MB: I actually managed to solve it differently
MB: ... automatic (i.e. quick & easy) converter for this (Convert Glossary <-> Memory for terms), built into CT...
But, but... it's already there. Just import/export them files. Better than using TMXEditor actually, considering your love for BIG things (TMXEditor can't handle large TMX files without splitting them first).
Yeah, I forgot that CT can of course also convert between glossaries and memories for terms (via Memory > Import ... e.g.). However, that's not what I meant: I meant a built in converter in CT that also respects synonyms.
MB: I meant a built in converter in CT that also respects synonyms.
Hans CafeTran Wiki: Why are you using a TM for terms, Michael?
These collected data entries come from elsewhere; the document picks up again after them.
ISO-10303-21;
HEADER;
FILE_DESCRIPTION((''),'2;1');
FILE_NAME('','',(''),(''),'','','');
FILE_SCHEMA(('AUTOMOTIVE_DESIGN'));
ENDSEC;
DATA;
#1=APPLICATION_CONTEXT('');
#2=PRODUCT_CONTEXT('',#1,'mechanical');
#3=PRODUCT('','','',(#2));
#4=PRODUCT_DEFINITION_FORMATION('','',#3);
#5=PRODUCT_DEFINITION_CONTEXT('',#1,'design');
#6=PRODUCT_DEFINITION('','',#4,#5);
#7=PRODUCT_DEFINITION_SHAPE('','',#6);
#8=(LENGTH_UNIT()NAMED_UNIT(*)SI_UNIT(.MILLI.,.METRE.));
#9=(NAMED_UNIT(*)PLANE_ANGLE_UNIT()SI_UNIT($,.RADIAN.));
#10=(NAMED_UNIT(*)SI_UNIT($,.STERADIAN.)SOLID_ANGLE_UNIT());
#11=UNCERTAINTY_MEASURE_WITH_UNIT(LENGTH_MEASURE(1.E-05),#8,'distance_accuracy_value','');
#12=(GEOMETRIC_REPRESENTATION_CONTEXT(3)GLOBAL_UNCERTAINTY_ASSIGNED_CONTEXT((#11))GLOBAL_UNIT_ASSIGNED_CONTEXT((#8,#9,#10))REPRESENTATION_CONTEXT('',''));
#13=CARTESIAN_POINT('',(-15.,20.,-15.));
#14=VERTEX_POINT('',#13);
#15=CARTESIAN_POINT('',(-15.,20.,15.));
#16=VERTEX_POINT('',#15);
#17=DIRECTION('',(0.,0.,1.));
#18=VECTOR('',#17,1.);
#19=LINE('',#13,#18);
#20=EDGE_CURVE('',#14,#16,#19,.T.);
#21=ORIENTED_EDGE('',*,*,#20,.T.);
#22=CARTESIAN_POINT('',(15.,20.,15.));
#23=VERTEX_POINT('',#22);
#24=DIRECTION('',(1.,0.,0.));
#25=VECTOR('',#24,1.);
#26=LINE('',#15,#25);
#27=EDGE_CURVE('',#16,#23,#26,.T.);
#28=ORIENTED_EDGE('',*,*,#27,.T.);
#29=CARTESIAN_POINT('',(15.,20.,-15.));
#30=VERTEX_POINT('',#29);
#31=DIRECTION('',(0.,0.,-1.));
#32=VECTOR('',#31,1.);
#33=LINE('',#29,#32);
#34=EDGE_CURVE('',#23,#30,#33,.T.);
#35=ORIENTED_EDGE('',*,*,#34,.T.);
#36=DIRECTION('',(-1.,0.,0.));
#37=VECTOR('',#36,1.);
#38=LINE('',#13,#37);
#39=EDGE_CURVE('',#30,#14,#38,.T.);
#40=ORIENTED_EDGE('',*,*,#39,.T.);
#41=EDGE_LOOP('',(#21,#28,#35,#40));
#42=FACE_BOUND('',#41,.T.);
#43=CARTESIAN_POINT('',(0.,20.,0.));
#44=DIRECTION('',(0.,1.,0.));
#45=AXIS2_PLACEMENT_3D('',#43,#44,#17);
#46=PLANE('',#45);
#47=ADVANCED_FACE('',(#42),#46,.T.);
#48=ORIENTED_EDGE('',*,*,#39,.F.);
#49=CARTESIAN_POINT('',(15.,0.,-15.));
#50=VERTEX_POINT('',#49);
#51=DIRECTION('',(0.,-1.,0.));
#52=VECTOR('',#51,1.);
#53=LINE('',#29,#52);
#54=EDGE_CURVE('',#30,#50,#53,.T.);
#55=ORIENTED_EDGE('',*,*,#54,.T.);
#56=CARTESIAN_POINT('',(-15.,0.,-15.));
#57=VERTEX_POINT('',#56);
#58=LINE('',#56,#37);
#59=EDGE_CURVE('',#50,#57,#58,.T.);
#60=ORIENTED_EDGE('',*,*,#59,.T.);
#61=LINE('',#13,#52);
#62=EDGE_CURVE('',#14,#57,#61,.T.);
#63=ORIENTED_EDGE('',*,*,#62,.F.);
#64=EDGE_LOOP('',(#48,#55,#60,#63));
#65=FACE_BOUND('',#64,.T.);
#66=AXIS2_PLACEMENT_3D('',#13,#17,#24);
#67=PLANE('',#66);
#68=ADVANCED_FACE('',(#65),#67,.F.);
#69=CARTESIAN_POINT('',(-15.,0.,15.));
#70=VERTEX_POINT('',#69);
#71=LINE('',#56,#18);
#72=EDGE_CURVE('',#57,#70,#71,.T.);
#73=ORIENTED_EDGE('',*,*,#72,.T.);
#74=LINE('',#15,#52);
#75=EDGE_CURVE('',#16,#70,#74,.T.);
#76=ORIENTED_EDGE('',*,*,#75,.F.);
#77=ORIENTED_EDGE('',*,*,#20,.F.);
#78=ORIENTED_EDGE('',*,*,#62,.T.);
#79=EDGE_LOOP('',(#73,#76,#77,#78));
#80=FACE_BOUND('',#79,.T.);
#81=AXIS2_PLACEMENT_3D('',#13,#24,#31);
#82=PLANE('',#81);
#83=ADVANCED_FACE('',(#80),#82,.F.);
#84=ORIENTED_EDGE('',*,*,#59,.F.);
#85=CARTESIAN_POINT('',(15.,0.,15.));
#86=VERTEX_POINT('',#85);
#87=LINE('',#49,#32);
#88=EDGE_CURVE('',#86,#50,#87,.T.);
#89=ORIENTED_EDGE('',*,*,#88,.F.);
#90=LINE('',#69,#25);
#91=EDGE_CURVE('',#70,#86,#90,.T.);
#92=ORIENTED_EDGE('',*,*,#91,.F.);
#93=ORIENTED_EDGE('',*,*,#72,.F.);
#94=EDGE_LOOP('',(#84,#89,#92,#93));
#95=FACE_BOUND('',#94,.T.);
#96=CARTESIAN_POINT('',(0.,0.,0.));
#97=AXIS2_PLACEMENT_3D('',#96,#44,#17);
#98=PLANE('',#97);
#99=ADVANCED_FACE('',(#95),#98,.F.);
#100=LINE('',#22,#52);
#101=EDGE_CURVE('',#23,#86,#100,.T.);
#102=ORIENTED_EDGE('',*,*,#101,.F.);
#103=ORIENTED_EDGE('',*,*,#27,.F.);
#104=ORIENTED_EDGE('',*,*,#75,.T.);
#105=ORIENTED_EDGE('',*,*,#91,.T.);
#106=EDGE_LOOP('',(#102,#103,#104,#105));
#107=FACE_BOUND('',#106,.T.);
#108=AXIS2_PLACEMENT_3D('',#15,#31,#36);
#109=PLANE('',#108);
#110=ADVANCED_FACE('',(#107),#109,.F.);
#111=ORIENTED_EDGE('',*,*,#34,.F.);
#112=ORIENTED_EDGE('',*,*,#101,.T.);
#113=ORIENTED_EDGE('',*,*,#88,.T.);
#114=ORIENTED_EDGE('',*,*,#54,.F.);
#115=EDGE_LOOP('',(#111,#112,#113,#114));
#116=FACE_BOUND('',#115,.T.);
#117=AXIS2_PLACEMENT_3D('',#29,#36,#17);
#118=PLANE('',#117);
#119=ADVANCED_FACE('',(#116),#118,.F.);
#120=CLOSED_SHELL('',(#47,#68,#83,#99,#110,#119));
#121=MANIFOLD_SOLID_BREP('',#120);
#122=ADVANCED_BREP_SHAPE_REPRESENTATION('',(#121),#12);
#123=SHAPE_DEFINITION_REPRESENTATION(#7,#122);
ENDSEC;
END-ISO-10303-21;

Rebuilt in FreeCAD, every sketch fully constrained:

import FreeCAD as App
import Part
import Sketcher

V = App.Vector

doc = App.newDocument("Part")
body = doc.addObject("PartDesign::Body", "Body")

# Sketch on XZ plane
sketch1 = doc.addObject("Sketcher::SketchObject", "Sketch")
body.addObject(sketch1)
sketch1.AttachmentSupport = (doc.XZ_Plane, [""])
sketch1.MapMode = "FlatFace"
sketch1.addGeometry(Part.LineSegment(V(-15, -15, 0), V(-15, 15, 0)), False)
sketch1.addGeometry(Part.LineSegment(V(-15, 15, 0), V(15, 15, 0)), False)
sketch1.addGeometry(Part.LineSegment(V(15, 15, 0), V(15, -15, 0)), False)
sketch1.addGeometry(Part.LineSegment(V(15, -15, 0), V(-15, -15, 0)), False)
sketch1.addConstraint(Sketcher.Constraint("Coincident", 0, 2, 1, 1))
sketch1.addConstraint(Sketcher.Constraint("Coincident", 1, 2, 2, 1))
sketch1.addConstraint(Sketcher.Constraint("Coincident", 2, 2, 3, 1))
sketch1.addConstraint(Sketcher.Constraint("Coincident", 3, 2, 0, 1))
sketch1.addConstraint(Sketcher.Constraint("Vertical", 0))
sketch1.addConstraint(Sketcher.Constraint("Horizontal", 1))
sketch1.addConstraint(Sketcher.Constraint("Vertical", 2))
sketch1.addConstraint(Sketcher.Constraint("Horizontal", 3))
sketch1.addConstraint(Sketcher.Constraint("Symmetric", 0, 2, 2, 2, -1, 1))
sketch1.addConstraint(Sketcher.Constraint("Equal", 3, 0))
sketch1.addConstraint(Sketcher.Constraint("DistanceX", 1, 1, 1, 2, 30.0))
pad1 = doc.addObject("PartDesign::Pad", "Pad")
body.addObject(pad1)
pad1.Profile = sketch1
pad1.Length = 20
pad1.Reversed = True

doc.recompute()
I can think of a few reasons:
I was experimenting with importing a project specific TXT glossary into my project TMX, to see what the difference would be like in practice.
Hans (woorden) = black
Michael B = green
I can think of a few reasons:
• He needs to share the terms with a colleague (if I wanted to share terms I would definitely not send someone a TMX; I would probably send an Excel file; most translators don't even have a TMX editor installed or know what it is)
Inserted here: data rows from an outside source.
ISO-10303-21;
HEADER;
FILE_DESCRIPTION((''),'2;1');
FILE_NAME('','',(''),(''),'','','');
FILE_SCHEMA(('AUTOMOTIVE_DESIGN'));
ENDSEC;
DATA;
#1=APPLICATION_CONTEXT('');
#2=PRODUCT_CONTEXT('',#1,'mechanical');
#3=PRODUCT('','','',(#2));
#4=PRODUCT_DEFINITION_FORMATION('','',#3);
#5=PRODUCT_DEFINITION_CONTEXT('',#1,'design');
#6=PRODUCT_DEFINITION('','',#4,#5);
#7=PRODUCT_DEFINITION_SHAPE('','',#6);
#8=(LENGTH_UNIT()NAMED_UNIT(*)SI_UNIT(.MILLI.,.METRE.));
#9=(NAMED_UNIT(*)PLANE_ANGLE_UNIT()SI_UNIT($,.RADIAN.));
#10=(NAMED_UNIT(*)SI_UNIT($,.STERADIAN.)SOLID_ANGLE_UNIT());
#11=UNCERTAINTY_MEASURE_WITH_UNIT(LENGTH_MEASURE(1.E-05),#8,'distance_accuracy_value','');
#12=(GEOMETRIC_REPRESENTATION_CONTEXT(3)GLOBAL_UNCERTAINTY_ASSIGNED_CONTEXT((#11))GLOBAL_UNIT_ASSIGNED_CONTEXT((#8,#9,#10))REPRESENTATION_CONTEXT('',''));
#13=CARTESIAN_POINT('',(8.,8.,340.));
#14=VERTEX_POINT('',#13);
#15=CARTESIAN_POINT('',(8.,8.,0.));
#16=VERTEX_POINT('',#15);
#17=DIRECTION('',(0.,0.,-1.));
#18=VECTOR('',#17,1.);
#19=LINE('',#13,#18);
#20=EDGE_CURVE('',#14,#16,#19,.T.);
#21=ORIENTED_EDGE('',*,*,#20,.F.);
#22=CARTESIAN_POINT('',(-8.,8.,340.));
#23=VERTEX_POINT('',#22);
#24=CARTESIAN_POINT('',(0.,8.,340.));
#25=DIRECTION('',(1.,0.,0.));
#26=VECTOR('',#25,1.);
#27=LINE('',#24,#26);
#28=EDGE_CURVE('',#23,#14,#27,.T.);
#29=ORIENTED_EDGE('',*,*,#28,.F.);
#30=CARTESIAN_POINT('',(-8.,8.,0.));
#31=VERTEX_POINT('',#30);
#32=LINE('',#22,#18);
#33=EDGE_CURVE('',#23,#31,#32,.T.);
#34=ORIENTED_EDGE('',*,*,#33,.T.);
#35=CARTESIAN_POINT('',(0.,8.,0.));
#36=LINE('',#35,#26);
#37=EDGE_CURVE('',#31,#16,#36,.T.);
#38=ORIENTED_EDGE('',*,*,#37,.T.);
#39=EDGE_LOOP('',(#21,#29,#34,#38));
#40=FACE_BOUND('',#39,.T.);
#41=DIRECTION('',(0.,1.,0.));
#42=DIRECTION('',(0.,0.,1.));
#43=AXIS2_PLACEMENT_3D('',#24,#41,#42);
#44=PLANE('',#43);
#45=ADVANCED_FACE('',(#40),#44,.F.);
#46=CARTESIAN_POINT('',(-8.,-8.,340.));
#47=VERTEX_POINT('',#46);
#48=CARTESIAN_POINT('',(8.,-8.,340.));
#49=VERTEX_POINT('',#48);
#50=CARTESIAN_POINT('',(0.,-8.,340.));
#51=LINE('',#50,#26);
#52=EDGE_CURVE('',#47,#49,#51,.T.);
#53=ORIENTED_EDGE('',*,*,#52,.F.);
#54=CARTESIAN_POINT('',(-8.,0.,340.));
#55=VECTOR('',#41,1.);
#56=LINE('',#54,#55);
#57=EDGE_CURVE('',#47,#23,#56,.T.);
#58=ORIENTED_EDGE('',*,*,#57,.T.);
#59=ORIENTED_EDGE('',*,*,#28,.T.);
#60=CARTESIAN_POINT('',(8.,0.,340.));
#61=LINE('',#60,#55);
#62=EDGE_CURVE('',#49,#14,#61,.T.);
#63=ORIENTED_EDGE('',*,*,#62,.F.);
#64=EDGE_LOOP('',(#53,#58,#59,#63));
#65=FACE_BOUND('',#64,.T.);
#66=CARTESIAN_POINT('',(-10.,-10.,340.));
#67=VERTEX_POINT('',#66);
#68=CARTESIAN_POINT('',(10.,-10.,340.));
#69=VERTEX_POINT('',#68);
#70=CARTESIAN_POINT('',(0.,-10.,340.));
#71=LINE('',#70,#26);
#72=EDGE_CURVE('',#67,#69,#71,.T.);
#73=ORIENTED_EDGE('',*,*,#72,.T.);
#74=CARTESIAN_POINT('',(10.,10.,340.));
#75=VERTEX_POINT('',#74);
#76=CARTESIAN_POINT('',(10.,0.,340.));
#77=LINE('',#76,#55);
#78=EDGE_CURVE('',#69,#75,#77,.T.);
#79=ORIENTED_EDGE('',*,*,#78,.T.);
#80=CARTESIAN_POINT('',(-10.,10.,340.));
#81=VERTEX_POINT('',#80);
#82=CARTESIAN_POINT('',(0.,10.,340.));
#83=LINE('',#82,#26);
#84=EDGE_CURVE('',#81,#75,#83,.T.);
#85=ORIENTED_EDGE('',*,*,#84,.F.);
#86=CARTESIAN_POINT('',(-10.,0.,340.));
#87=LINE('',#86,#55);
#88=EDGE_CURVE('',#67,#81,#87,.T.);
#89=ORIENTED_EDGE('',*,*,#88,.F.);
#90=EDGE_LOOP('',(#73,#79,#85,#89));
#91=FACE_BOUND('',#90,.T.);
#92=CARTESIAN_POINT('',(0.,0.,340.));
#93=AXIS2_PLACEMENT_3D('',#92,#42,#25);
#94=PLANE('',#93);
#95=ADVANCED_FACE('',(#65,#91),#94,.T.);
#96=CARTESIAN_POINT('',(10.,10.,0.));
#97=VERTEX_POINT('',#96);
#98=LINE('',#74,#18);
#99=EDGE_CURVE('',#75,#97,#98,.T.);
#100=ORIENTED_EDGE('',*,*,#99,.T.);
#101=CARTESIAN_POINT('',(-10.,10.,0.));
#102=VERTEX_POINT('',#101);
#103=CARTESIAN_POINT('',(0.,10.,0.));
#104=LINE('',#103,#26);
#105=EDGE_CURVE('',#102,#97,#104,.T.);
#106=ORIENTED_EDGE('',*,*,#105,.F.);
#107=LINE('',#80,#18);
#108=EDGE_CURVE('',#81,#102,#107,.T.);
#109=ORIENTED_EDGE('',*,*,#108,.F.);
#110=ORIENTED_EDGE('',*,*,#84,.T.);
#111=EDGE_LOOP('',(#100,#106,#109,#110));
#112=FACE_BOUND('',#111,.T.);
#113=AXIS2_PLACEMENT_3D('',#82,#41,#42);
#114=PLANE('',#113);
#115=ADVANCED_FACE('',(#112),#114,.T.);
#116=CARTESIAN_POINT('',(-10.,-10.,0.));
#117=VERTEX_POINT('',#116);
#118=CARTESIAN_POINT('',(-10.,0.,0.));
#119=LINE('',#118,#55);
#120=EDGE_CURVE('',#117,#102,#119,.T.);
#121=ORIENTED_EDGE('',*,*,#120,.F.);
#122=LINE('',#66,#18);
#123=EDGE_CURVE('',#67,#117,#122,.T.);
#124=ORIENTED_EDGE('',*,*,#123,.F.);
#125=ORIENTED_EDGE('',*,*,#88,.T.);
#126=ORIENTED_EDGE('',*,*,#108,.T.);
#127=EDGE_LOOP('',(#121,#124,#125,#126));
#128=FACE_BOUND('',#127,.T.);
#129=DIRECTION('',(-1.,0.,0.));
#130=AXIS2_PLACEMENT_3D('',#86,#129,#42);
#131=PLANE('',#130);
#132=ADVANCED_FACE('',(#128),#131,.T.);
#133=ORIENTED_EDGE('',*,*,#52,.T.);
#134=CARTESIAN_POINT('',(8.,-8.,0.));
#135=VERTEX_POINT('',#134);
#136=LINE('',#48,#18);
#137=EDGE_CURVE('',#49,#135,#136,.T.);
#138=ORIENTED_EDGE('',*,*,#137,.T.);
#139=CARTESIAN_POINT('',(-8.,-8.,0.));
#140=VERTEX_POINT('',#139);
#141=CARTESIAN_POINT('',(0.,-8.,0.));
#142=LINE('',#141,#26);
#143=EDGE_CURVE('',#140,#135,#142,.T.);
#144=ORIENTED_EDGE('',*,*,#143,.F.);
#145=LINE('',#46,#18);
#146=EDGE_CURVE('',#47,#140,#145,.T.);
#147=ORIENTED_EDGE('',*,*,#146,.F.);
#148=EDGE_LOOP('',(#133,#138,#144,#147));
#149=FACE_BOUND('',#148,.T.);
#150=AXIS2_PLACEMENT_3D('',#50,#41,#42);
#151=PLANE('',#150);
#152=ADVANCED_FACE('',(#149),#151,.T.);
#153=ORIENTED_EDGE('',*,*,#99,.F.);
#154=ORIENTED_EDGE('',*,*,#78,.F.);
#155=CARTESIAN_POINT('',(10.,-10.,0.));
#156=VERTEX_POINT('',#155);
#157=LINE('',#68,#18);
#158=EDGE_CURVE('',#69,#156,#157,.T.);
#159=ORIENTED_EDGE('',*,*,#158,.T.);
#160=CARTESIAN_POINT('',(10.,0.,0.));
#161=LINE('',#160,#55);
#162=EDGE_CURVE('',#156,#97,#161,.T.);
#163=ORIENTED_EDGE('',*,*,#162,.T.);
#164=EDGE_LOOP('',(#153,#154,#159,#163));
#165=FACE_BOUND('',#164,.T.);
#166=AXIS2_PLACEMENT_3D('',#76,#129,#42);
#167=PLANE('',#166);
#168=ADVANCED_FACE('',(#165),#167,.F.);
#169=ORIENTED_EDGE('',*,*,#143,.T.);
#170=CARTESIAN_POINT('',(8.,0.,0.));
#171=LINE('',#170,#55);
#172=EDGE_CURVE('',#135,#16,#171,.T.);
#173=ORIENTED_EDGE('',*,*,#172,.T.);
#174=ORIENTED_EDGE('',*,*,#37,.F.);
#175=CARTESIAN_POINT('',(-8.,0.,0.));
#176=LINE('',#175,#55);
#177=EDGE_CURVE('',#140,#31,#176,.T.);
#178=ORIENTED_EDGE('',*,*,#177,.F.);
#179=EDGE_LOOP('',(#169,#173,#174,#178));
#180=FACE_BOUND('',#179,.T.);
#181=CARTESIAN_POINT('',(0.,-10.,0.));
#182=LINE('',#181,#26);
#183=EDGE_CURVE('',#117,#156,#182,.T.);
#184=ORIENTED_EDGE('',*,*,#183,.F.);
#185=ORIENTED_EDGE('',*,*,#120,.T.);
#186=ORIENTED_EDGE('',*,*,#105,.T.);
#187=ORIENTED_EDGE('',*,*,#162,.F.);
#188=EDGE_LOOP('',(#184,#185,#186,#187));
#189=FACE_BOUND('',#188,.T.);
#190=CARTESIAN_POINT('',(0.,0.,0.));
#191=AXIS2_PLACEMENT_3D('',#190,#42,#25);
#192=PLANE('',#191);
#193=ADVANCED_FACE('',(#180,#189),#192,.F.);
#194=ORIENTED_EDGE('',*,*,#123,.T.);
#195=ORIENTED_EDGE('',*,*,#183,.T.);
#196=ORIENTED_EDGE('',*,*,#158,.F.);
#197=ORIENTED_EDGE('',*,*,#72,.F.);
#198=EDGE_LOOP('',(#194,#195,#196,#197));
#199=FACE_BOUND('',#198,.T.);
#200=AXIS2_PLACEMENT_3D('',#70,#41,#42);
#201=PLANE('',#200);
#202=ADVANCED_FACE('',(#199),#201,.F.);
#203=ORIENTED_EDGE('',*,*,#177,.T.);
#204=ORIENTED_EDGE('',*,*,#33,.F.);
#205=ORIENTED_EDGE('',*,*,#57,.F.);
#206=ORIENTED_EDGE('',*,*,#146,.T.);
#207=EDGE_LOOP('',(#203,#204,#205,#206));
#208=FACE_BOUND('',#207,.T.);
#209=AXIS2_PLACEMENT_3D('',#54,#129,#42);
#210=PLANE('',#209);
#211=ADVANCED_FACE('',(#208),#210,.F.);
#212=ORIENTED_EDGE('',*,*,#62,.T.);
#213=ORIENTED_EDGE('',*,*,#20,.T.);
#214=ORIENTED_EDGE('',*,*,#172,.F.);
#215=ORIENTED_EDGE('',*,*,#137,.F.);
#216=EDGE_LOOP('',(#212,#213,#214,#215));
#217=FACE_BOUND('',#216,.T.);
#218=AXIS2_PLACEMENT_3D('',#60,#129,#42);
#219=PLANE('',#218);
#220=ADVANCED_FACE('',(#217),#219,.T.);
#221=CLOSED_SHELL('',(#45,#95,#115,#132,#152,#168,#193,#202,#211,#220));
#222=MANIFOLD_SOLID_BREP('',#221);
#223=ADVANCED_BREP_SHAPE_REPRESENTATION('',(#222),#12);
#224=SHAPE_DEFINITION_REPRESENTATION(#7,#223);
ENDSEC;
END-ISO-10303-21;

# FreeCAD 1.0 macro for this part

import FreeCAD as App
import Part
import Sketcher

V = App.Vector

doc = App.newDocument("Part")
body = doc.addObject("PartDesign::Body", "Body")

sketch1 = body.newObject("Sketcher::SketchObject", "Sketch")
sketch1.AttachmentSupport = (doc.getObject("XY_Plane"), [""])
sketch1.MapMode = "FlatFace"
sketch1.addGeometry([
    Part.LineSegment(V(-10, 10, 0), V(-10, -10, 0)),
    Part.LineSegment(V(-10, -10, 0), V(10, -10, 0)),
    Part.LineSegment(V(10, -10, 0), V(10, 10, 0)),
    Part.LineSegment(V(10, 10, 0), V(-10, 10, 0)),
    Part.LineSegment(V(8, -8, 0), V(-8, -8, 0)),
    Part.LineSegment(V(-8, -8, 0), V(-8, 8, 0)),
    Part.LineSegment(V(-8, 8, 0), V(8, 8, 0)),
    Part.LineSegment(V(8, 8, 0), V(8, -8, 0)),
], False)
sketch1.addConstraint([
    Sketcher.Constraint("Coincident", 0, 2, 1, 1),
    Sketcher.Constraint("Coincident", 1, 2, 2, 1),
    Sketcher.Constraint("Coincident", 2, 2, 3, 1),
    Sketcher.Constraint("Coincident", 3, 2, 0, 1),
    Sketcher.Constraint("Coincident", 4, 2, 5, 1),
    Sketcher.Constraint("Coincident", 5, 2, 6, 1),
    Sketcher.Constraint("Coincident", 6, 2, 7, 1),
    Sketcher.Constraint("Coincident", 7, 2, 4, 1),
    Sketcher.Constraint("Vertical", 0),
    Sketcher.Constraint("Horizontal", 1),
    Sketcher.Constraint("Vertical", 2),
    Sketcher.Constraint("Horizontal", 3),
    Sketcher.Constraint("Horizontal", 4),
    Sketcher.Constraint("Vertical", 5),
    Sketcher.Constraint("Horizontal", 6),
    Sketcher.Constraint("Vertical", 7),
    Sketcher.Constraint("Symmetric", 0, 2, 2, 2, -1, 1),
    Sketcher.Constraint("Symmetric", 4, 2, 6, 2, -1, 1),
    Sketcher.Constraint("Equal", 3, 0),
    Sketcher.Constraint("Equal", 6, 5),
    Sketcher.Constraint("DistanceX", 1, 1, 1, 2, 20.0),
    Sketcher.Constraint("DistanceX", 4, 2, 4, 1, 16.0),
])
pad1 = body.newObject("PartDesign::Pad", "Pad")
pad1.Profile = sketch1
pad1.Length = 340

doc.recompute()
• He needs to use them in another CAT tool (most other CAT tools prefer to import terminology from an Excel file or a delimited text file (usually .txt or .csv))
• He wants to use them in Recall (nope)
• He wants to see if he can benefit from them in Slate Desktop (I don't yet know what format Slate's dictionaries will be in, or if it will even have the ability to use dictionaries/glossaries, but i doubt it will be in TMX format; however, who knows, it might)
• He finally came to the conclusion that I am right (which is of course actually the prime reason)(definitely nope)
Speaking more generally though, I think that having a converter that can convert between terminology containers and translation memory containers, and one that can respect synonyms, would be a valuable asset to CT. The ability to convert a glossary containing synonyms into a TMX (or vice versa) is actually something that other users of other CAT tools may also find useful. They would of course have to fiddle around a bit to get their format into the CafeTran format, or vice versa (e.g., memoQ separates its synonyms differently in its delimited CSV terminology containers, but it isn't all too difficult to convert that into the CafeTran glossary format), but I can see how this could be a selling point. Currently, there don't seem to be any good converters that can do this.
I was thinking more in "terms" of getting rid of those synonyms and regular expressions, and then turning them in to TMX for fuzziness and more control. For exchange purposes, a one-click conversion is already available.
MB: but i doubt it will be in TMX format
I don't think the dictionaries are, but I do think you can import TMX files (that will then be converted, like in Total Recall). We'll see. You'll see. I won't.
As far as I can see, a "package" for Windows already exists, not supported by the Moses project, but I don't think Tom's Slate Desktop is either.
@Hans CafeTran Wiki:
It is not a ‘one-man, one-time experiment’ that leads me to believe that this feature would be useful, but the fact that it is something general, and very important.
CT has two formats to store terminology in. It would therefore not be so strange if CT also had a way to convert back and forth between these two. This seems pretty reasonable to me, and something that users (new and old) might actually expect and find useful.
A possible use case: after listening to the older users argue endlessly about the old Glossaries vs Memories for Terms issue, a new user decides he/she would like to try one of them out, but can't figure out how to convert their current choice of terminology format into the other format. They look around in the menus for a Converter, but cannot find one.
This is not some crazy feature that no one will ever use or understand, but basic (missing) functionality.